Glucagon-like peptides are co-released from enteroendocrine L cells in the gut and preproglucagon (PPG) neurons in the brainstem. PPG-derived GLP-1/2 are probably key neuroendocrine signals for the control of energy balance and glucose homeostasis. The objective of this study was to determine whether activation of PPG neurons per se modulates glucose homeostasis and insulin sensitivity in vivo. We generated glucagon (Gcg) promoter-driven Cre transgenic mice and injected excitatory hM3Dq-mCherry AAV into their brainstem NTS. We characterized the metabolic impact of PPG neuron activation on glucose homeostasis and insulin sensitivity using stable isotopic tracers coupled with hyperinsulinemic euglycemic clamp. We showed that after ip injection of clozapine N-oxide, Gcg-Cre lean mice transduced with hM3Dq in the brainstem NTS downregulated basal endogenous glucose production and enhanced glucose tolerance following ip glucose tolerance test.
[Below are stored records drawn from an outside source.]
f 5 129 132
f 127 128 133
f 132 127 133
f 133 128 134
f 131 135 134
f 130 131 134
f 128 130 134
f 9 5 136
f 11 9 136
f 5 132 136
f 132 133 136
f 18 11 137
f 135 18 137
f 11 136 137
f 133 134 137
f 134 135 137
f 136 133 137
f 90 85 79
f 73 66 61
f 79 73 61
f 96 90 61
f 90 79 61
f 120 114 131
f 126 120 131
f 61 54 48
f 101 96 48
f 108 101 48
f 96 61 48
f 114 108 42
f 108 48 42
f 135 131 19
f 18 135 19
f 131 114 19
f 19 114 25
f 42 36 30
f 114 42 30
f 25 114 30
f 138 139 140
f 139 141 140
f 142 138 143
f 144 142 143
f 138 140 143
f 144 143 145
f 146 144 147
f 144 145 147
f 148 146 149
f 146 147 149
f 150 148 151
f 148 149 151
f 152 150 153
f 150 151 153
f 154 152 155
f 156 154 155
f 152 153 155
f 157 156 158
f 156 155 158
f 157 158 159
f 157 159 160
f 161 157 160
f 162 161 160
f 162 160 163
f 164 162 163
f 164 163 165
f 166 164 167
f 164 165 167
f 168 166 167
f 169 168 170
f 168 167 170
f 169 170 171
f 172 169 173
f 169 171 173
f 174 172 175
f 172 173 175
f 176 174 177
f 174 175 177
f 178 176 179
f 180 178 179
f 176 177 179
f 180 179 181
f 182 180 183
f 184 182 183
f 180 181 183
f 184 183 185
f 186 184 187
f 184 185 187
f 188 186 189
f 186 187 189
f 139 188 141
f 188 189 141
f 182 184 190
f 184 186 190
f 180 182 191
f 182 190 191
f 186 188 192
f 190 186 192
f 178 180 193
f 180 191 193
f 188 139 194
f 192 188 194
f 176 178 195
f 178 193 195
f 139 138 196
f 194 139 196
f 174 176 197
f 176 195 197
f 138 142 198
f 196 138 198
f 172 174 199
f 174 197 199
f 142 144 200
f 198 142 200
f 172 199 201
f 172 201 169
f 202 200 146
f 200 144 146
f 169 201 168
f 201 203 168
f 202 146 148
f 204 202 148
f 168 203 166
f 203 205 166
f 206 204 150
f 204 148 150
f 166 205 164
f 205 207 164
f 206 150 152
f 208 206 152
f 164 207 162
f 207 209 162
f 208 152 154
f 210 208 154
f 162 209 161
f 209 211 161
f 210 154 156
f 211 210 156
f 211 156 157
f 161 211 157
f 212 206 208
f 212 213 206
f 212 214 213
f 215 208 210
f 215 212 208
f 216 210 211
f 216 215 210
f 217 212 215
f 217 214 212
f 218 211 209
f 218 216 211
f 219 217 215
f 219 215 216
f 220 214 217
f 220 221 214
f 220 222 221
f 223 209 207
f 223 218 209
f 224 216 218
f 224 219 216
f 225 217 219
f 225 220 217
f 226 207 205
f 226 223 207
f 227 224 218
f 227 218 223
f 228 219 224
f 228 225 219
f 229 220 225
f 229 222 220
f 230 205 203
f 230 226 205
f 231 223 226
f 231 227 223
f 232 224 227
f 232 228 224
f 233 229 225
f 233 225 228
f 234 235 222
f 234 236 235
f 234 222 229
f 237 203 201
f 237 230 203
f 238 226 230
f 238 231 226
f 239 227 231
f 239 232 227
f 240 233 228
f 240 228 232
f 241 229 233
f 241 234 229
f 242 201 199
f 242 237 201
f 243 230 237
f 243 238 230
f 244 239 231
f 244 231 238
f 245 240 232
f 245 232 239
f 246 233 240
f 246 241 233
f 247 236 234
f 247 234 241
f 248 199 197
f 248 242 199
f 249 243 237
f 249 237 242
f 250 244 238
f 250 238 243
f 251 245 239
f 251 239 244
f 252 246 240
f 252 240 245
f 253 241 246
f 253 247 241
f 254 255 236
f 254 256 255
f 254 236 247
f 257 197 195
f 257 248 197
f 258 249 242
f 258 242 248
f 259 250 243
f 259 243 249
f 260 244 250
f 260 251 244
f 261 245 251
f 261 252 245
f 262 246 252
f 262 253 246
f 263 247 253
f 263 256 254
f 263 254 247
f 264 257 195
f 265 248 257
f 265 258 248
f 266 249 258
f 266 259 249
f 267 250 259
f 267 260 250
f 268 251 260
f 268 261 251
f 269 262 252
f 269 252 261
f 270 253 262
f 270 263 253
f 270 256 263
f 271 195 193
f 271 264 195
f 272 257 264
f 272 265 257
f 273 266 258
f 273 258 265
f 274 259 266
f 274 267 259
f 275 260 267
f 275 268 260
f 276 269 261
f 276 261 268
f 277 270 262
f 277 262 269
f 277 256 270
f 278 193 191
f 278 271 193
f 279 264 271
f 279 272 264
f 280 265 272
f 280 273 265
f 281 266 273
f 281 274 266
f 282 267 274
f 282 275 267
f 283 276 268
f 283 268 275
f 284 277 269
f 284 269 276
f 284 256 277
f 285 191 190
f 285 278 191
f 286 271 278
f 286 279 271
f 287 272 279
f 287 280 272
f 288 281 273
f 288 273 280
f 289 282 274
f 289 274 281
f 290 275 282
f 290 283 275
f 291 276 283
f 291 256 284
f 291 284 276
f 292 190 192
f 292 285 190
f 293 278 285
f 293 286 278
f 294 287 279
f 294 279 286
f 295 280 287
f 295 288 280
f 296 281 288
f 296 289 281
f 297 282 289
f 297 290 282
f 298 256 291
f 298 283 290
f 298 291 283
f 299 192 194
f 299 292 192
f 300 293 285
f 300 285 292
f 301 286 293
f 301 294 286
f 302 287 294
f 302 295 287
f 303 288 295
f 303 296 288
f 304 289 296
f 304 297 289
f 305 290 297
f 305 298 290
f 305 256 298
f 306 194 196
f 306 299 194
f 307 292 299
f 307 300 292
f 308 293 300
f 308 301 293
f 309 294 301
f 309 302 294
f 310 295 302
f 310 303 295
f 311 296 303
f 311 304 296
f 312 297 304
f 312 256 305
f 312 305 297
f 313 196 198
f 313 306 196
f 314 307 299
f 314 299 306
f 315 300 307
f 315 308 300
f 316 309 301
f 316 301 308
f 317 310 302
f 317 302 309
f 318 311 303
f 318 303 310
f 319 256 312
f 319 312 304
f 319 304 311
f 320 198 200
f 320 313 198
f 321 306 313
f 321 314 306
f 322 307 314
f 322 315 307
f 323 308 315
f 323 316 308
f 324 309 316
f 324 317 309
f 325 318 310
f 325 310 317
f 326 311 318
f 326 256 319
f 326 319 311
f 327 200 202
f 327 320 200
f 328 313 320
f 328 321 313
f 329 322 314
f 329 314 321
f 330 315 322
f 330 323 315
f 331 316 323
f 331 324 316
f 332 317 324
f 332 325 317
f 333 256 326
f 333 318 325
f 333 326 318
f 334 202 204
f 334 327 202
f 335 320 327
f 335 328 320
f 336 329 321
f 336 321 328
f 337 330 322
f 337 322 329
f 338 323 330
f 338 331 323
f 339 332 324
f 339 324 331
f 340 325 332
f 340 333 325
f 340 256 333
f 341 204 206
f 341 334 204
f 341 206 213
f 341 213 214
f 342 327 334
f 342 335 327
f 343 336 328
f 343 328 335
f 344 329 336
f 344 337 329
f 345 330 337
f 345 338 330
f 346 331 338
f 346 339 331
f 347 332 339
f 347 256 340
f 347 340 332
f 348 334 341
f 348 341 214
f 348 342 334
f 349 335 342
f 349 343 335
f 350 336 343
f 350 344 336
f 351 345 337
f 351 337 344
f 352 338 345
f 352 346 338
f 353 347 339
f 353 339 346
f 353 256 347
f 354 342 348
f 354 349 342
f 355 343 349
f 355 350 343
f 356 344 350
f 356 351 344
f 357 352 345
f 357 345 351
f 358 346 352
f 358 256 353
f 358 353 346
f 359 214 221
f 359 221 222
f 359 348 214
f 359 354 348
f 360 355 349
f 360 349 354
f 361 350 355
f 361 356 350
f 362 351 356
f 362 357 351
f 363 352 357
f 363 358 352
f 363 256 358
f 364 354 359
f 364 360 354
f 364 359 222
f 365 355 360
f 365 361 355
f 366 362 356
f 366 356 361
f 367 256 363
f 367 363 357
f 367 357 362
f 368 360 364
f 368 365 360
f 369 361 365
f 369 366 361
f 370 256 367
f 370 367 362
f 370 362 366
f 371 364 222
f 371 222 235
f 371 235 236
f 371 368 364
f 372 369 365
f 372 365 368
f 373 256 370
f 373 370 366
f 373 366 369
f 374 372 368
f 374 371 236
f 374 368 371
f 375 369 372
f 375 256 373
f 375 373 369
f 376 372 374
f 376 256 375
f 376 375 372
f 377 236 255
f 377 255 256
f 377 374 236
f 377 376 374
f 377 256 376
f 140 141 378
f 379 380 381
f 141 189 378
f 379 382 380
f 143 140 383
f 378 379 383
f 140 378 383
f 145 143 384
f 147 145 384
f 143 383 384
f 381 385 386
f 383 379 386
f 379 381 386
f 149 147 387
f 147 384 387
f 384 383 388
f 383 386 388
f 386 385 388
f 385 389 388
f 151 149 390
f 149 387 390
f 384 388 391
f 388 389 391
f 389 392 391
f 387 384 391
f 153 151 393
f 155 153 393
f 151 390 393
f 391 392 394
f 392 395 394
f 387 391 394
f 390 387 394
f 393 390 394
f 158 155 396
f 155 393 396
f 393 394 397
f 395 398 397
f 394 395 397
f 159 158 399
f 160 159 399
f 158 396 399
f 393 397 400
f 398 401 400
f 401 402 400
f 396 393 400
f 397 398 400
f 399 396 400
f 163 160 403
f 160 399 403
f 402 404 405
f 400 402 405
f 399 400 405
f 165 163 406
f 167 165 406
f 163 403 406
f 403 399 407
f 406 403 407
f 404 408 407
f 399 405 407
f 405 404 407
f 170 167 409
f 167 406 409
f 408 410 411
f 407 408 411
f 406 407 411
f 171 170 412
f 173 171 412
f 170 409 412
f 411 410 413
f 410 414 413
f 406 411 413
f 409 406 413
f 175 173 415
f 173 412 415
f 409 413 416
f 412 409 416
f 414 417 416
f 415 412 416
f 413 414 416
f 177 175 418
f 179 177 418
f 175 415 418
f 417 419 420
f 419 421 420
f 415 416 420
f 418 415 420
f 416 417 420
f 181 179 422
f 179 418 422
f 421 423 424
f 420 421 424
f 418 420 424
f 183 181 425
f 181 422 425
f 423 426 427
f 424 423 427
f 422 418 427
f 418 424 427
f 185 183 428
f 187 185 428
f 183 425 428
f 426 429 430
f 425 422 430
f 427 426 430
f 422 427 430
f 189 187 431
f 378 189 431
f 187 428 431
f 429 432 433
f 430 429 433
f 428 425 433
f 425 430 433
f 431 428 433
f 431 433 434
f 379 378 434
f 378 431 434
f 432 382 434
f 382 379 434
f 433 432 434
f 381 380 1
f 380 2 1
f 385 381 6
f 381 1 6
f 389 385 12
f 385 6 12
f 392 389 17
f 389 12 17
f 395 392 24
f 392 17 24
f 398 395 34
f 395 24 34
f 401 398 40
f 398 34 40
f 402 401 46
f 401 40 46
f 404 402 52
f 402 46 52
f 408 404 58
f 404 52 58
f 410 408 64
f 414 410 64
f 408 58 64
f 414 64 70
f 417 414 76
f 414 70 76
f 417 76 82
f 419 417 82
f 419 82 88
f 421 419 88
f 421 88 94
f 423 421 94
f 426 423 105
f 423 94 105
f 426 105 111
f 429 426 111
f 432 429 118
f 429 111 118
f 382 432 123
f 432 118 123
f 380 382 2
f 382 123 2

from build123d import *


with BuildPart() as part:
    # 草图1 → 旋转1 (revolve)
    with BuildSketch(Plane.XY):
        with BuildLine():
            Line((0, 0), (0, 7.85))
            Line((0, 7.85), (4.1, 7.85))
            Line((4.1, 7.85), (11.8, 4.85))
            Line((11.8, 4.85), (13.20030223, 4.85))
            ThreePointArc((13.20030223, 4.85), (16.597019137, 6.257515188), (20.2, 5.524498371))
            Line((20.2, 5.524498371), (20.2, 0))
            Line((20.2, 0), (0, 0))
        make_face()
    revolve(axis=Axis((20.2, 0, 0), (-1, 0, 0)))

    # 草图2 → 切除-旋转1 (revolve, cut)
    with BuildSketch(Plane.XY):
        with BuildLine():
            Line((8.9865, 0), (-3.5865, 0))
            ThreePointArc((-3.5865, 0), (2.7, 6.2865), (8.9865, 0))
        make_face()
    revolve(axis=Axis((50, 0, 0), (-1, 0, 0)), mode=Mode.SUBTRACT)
Moreover, acute activation of PPG neurons NTS enhanced whole-body insulin sensitivity as indicated by increased glucose infusion rate as well as augmented insulin-suppression of endogenous glucose production and gluconeogenesis. In contrast, insulin-stimulation of glucose disposal was not altered significantly. We conclude that acute activation of PPG neurons in the brainstem reduces basal glucose production, enhances intraperitoneal glucose tolerance, and augments hepatic insulin sensitivity, suggesting an important physiological role of PPG neurons-mediated circuitry in promoting glycemic control and insulin sensitivity. Copyright © 2017 The Authors. Published by Elsevier GmbH.. All rights reserved.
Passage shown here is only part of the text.